A team from the Polytechnic Institute of Montreal recently demonstrated that fabrics designed using rapid prototyping manufacturing technology can absorb up to 96% of impact energy—making the screen completely unbreakable. Cell Reports Physical Science magazine recently published an article detailing this innovation, paving the way for the creation of unbreakable plastic coverings.
The concepts and supporting research revealed in the article are relatively simple. Professors Frédérick Gosselin and Daniel Therriault from the Department of Mechanical Engineering of the Montreal Polytechnic Institute, as well as doctoral student Shibo Zou, wanted to prove how to integrate plastic mesh into glass to prevent it from breaking during impact.

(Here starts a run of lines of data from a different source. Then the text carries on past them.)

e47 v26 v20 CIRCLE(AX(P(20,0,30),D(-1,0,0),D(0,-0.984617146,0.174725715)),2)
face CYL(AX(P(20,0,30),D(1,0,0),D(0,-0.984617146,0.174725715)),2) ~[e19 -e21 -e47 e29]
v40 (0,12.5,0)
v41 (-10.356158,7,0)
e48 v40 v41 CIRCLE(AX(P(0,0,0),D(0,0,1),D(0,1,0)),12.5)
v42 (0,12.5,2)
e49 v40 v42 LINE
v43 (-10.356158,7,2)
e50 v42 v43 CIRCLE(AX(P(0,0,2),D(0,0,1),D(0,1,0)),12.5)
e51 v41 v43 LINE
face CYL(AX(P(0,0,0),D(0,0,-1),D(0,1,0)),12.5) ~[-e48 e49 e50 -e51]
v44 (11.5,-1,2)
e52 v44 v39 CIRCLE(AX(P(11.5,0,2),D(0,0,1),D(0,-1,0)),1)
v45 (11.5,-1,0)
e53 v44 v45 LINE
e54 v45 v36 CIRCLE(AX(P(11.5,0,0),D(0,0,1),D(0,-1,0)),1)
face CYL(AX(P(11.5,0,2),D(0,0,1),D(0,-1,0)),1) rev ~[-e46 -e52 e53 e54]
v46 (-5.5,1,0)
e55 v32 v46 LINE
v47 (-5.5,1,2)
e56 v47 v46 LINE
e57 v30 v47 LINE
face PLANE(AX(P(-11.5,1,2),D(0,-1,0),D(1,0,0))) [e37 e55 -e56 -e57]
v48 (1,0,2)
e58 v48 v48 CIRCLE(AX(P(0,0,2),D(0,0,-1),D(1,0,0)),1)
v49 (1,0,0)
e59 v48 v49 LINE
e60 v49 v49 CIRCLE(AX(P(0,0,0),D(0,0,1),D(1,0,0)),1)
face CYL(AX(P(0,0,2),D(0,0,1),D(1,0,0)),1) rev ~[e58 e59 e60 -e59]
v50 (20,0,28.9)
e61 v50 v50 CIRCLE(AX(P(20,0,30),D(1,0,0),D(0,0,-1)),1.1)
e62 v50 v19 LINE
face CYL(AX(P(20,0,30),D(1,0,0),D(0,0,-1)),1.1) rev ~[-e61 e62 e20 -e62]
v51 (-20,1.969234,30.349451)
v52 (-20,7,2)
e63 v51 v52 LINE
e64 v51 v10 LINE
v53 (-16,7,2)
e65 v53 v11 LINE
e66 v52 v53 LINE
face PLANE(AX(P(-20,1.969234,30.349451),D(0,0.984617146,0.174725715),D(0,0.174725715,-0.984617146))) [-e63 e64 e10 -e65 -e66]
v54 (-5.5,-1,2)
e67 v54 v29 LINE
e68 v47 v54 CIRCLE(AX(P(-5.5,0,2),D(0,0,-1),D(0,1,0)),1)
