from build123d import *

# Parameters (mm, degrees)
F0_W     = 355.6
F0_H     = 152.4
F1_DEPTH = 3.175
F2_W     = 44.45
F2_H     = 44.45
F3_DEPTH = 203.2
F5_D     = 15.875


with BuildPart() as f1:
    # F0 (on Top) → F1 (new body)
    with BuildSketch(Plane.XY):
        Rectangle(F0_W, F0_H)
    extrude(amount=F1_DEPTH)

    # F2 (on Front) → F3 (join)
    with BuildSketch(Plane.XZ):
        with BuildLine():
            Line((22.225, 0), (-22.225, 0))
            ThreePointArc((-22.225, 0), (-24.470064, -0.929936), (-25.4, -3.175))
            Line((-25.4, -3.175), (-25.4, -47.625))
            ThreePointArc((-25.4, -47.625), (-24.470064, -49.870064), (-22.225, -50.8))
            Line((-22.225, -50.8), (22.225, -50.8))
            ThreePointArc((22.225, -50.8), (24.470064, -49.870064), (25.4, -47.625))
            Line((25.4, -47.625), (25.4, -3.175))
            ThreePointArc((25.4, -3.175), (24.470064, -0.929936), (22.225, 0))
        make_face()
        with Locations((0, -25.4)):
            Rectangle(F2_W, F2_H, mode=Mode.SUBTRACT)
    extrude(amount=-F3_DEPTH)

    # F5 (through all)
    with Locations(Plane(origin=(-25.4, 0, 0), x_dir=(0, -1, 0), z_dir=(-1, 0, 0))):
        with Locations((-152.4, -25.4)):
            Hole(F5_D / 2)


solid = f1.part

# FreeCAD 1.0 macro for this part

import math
import FreeCAD as App
import Part
import Sketcher

V = App.Vector
Q = App.Units.Quantity

doc = App.newDocument("Part")
body = doc.addObject("PartDesign::Body", "Body")

# Sketch on XY plane
sketch1 = doc.addObject("Sketcher::SketchObject", "Sketch")
body.addObject(sketch1)
sketch1.AttachmentSupport = (doc.XY_Plane, [""])
sketch1.MapMode = "FlatFace"
sketch1.addGeometry(Part.LineSegment(V(-178, 76, 0), V(-178, -76, 0)), False)
sketch1.addGeometry(Part.LineSegment(V(-178, -76, 0), V(178, -76, 0)), False)
sketch1.addGeometry(Part.LineSegment(V(178, -76, 0), V(178, 76, 0)), False)
sketch1.addGeometry(Part.LineSegment(V(178, 76, 0), V(-178, 76, 0)), False)
sketch1.addConstraint(Sketcher.Constraint("Coincident", 0, 2, 1, 1))
sketch1.addConstraint(Sketcher.Constraint("Coincident", 1, 2, 2, 1))
sketch1.addConstraint(Sketcher.Constraint("Coincident", 2, 2, 3, 1))
sketch1.addConstraint(Sketcher.Constraint("Coincident", 3, 2, 0, 1))
sketch1.addConstraint(Sketcher.Constraint("Vertical", 0))
sketch1.addConstraint(Sketcher.Constraint("Horizontal", 1))
sketch1.addConstraint(Sketcher.Constraint("Vertical", 2))
sketch1.addConstraint(Sketcher.Constraint("Horizontal", 3))
sketch1.addConstraint(Sketcher.Constraint("Symmetric", 0, 2, 2, 2, -1, 1))
sketch1.addConstraint(Sketcher.Constraint("DistanceX", 1, 1, 1, 2, Q("14 in")))
sketch1.addConstraint(Sketcher.Constraint("DistanceY", 0, 2, 0, 1, Q("6 in")))
pad1 = doc.addObject("PartDesign::Pad", "Pad")
body.addObject(pad1)
pad1.Profile = sketch1
pad1.Length = Q("0.125 in")

# Sketch on XZ plane
sketch2 = doc.addObject("Sketcher::SketchObject", "Sketch001")
body.addObject(sketch2)
sketch2.AttachmentSupport = (doc.XZ_Plane, [""])
sketch2.MapMode = "FlatFace"
sketch2.addGeometry(Part.LineSegment(V(22.2, 0, 0), V(-22.2, 0, 0)), False)
sketch2.addGeometry(Part.ArcOfCircle(Part.Circle(V(-22.2, -3.2, 0), V(0, 0, 1), 3.2), math.radians(90), math.radians(180)), False)
sketch2.addGeometry(Part.LineSegment(V(-25.4, -3.2, 0), V(-25.4, -47.6, 0)), False)
sketch2.addGeometry(Part.ArcOfCircle(Part.Circle(V(-22.2, -47.6, 0), V(0, 0, 1), 3.2), math.radians(-180), math.radians(-90)), False)
sketch2.addGeometry(Part.LineSegment(V(-22.2, -50.8, 0), V(22.2, -50.8, 0)), False)
sketch2.addGeometry(Part.ArcOfCircle(Part.Circle(V(22.2, -47.6, 0), V(0, 0, 1), 3.2), math.radians(-90), math.radians(0)), False)
sketch2.addGeometry(Part.LineSegment(V(25.4, -47.6, 0), V(25.4, -3.2, 0)), False)
sketch2.addGeometry(Part.ArcOfCircle(Part.Circle(V(22.2, -3.2, 0), V(0, 0, 1), 3.2), math.radians(0), math.radians(90)), False)
sketch2.addGeometry(Part.LineSegment(V(22.2, -47.6, 0), V(-22.2, -47.6, 0)), False)
sketch2.addGeometry(Part.LineSegment(V(-22.2, -47.6, 0), V(-22.2, -3.2, 0)), False)
sketch2.addGeometry(Part.LineSegment(V(-22.2, -3.2, 0), V(22.2, -3.2, 0)), False)
sketch2.addGeometry(Part.LineSegment(V(22.2, -3.2, 0), V(22.2, -47.6, 0)), False)
sketch2.addConstraint(Sketcher.Constraint("Tangent", 0, 2, 1, 1))
sketch2.addConstraint(Sketcher.Constraint("Tangent", 1, 2, 2, 1))
sketch2.addConstraint(Sketcher.Constraint("Tangent", 2, 2, 3, 1))
sketch2.addConstraint(Sketcher.Constraint("Tangent", 3, 2, 4, 1))
sketch2.addConstraint(Sketcher.Constraint("Tangent", 4, 2, 5, 1))
sketch2.addConstraint(Sketcher.Constraint("Tangent", 5, 2, 6, 1))
sketch2.addConstraint(Sketcher.Constraint("Tangent", 6, 2, 7, 1))
sketch2.addConstraint(Sketcher.Constraint("Tangent", 7, 2, 0, 1))
sketch2.addConstraint(Sketcher.Constraint("Coincident", 8, 2, 9, 1))
sketch2.addConstraint(Sketcher.Constraint("Coincident", 9, 2, 10, 1))
sketch2.addConstraint(Sketcher.Constraint("Coincident", 10, 2, 11, 1))
sketch2.addConstraint(Sketcher.Constraint("Coincident", 11, 2, 8, 1))
sketch2.addConstraint(Sketcher.Constraint("Horizontal", 0))
sketch2.addConstraint(Sketcher.Constraint("Vertical", 2))
sketch2.addConstraint(Sketcher.Constraint("Horizontal", 4))
sketch2.addConstraint(Sketcher.Constraint("Vertical", 6))
sketch2.addConstraint(Sketcher.Constraint("Horizontal", 8))
sketch2.addConstraint(Sketcher.Constraint("Vertical", 9))
sketch2.addConstraint(Sketcher.Constraint("Horizontal", 10))
sketch2.addConstraint(Sketcher.Constraint("Vertical", 11))
sketch2.addConstraint(Sketcher.Constraint("Coincident", 8, 2, 3, 3))
sketch2.addConstraint(Sketcher.Constraint("Coincident", 9, 2, 1, 3))
sketch2.addConstraint(Sketcher.Constraint("Coincident", 10, 2, 7, 3))
sketch2.addConstraint(Sketcher.Constraint("Equal", 3, 5))
sketch2.addConstraint(Sketcher.Constraint("Symmetric", 0, 2, 7, 2, -1, 1))
sketch2.addConstraint(Sketcher.Constraint("Equal", 10, 2))
sketch2.addConstraint(Sketcher.Constraint("DistanceX", 1, 2, -1, 1, Q("1 in")))
sketch2.addConstraint(Sketcher.Constraint("Radius", 1, Q("0.125 in")))
pad2 = doc.addObject("PartDesign::Pad", "Pad001")
body.addObject(pad2)
pad2.Profile = sketch2
pad2.Length = Q("8 in")
pad2.Reversed = True

# Sketch on YZ plane
sketch3 = doc.addObject("Sketcher::SketchObject", "Sketch002")
body.addObject(sketch3)
sketch3.AttachmentSupport = (doc.YZ_Plane, [""])
sketch3.MapMode = "FlatFace"
sketch3.AttachmentOffset = App.Placement(V(0, 0, -1 * 25.4), App.Rotation())
sketch3.addGeometry(Part.Circle(V(152, -25, 0), V(0, 0, 1), 8), False)
sketch3.addConstraint(Sketcher.Constraint("Diameter", 0, Q("0.625 in")))
sketch3.addConstraint(Sketcher.Constraint("DistanceX", -1, 1, 0, 3, Q("6 in")))
sketch3.addConstraint(Sketcher.Constraint("DistanceY", 0, 3, -1, 1, Q("1 in")))
doc.recompute()
hole = doc.addObject("PartDesign::Hole", "Hole")
body.addObject(hole)
hole.Profile = sketch3
hole.ThreadType = "None"
hole.Diameter = Q("0.625 in")
hole.DepthType = "ThroughAll"
hole.Reversed = True

doc.recompute()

This seems to be a very simple concept, but further thinking will reveal that this plastic net is not simple.
The researcher’s design was inspired by spider webs and their amazing properties. Professor Gosselin explained: "The spider web can resist the impact of insects colliding with it. This is because the spider web can deform at the molecular level through sacrificial connections within the silk protein itself. Our method is affected by this property. Inspired."
Realize bionics through 3D printing
The researchers used polycarbonate to achieve their results. When heated, the polycarbonate becomes sticky like honey. Professor Gosselin’s team used a 3D printer to "weave" a series of fibers with a thickness of less than 2 mm using this feature, and then repeat the process before the entire mesh solidifies to print a series of new vertical, fast-moving fibers. .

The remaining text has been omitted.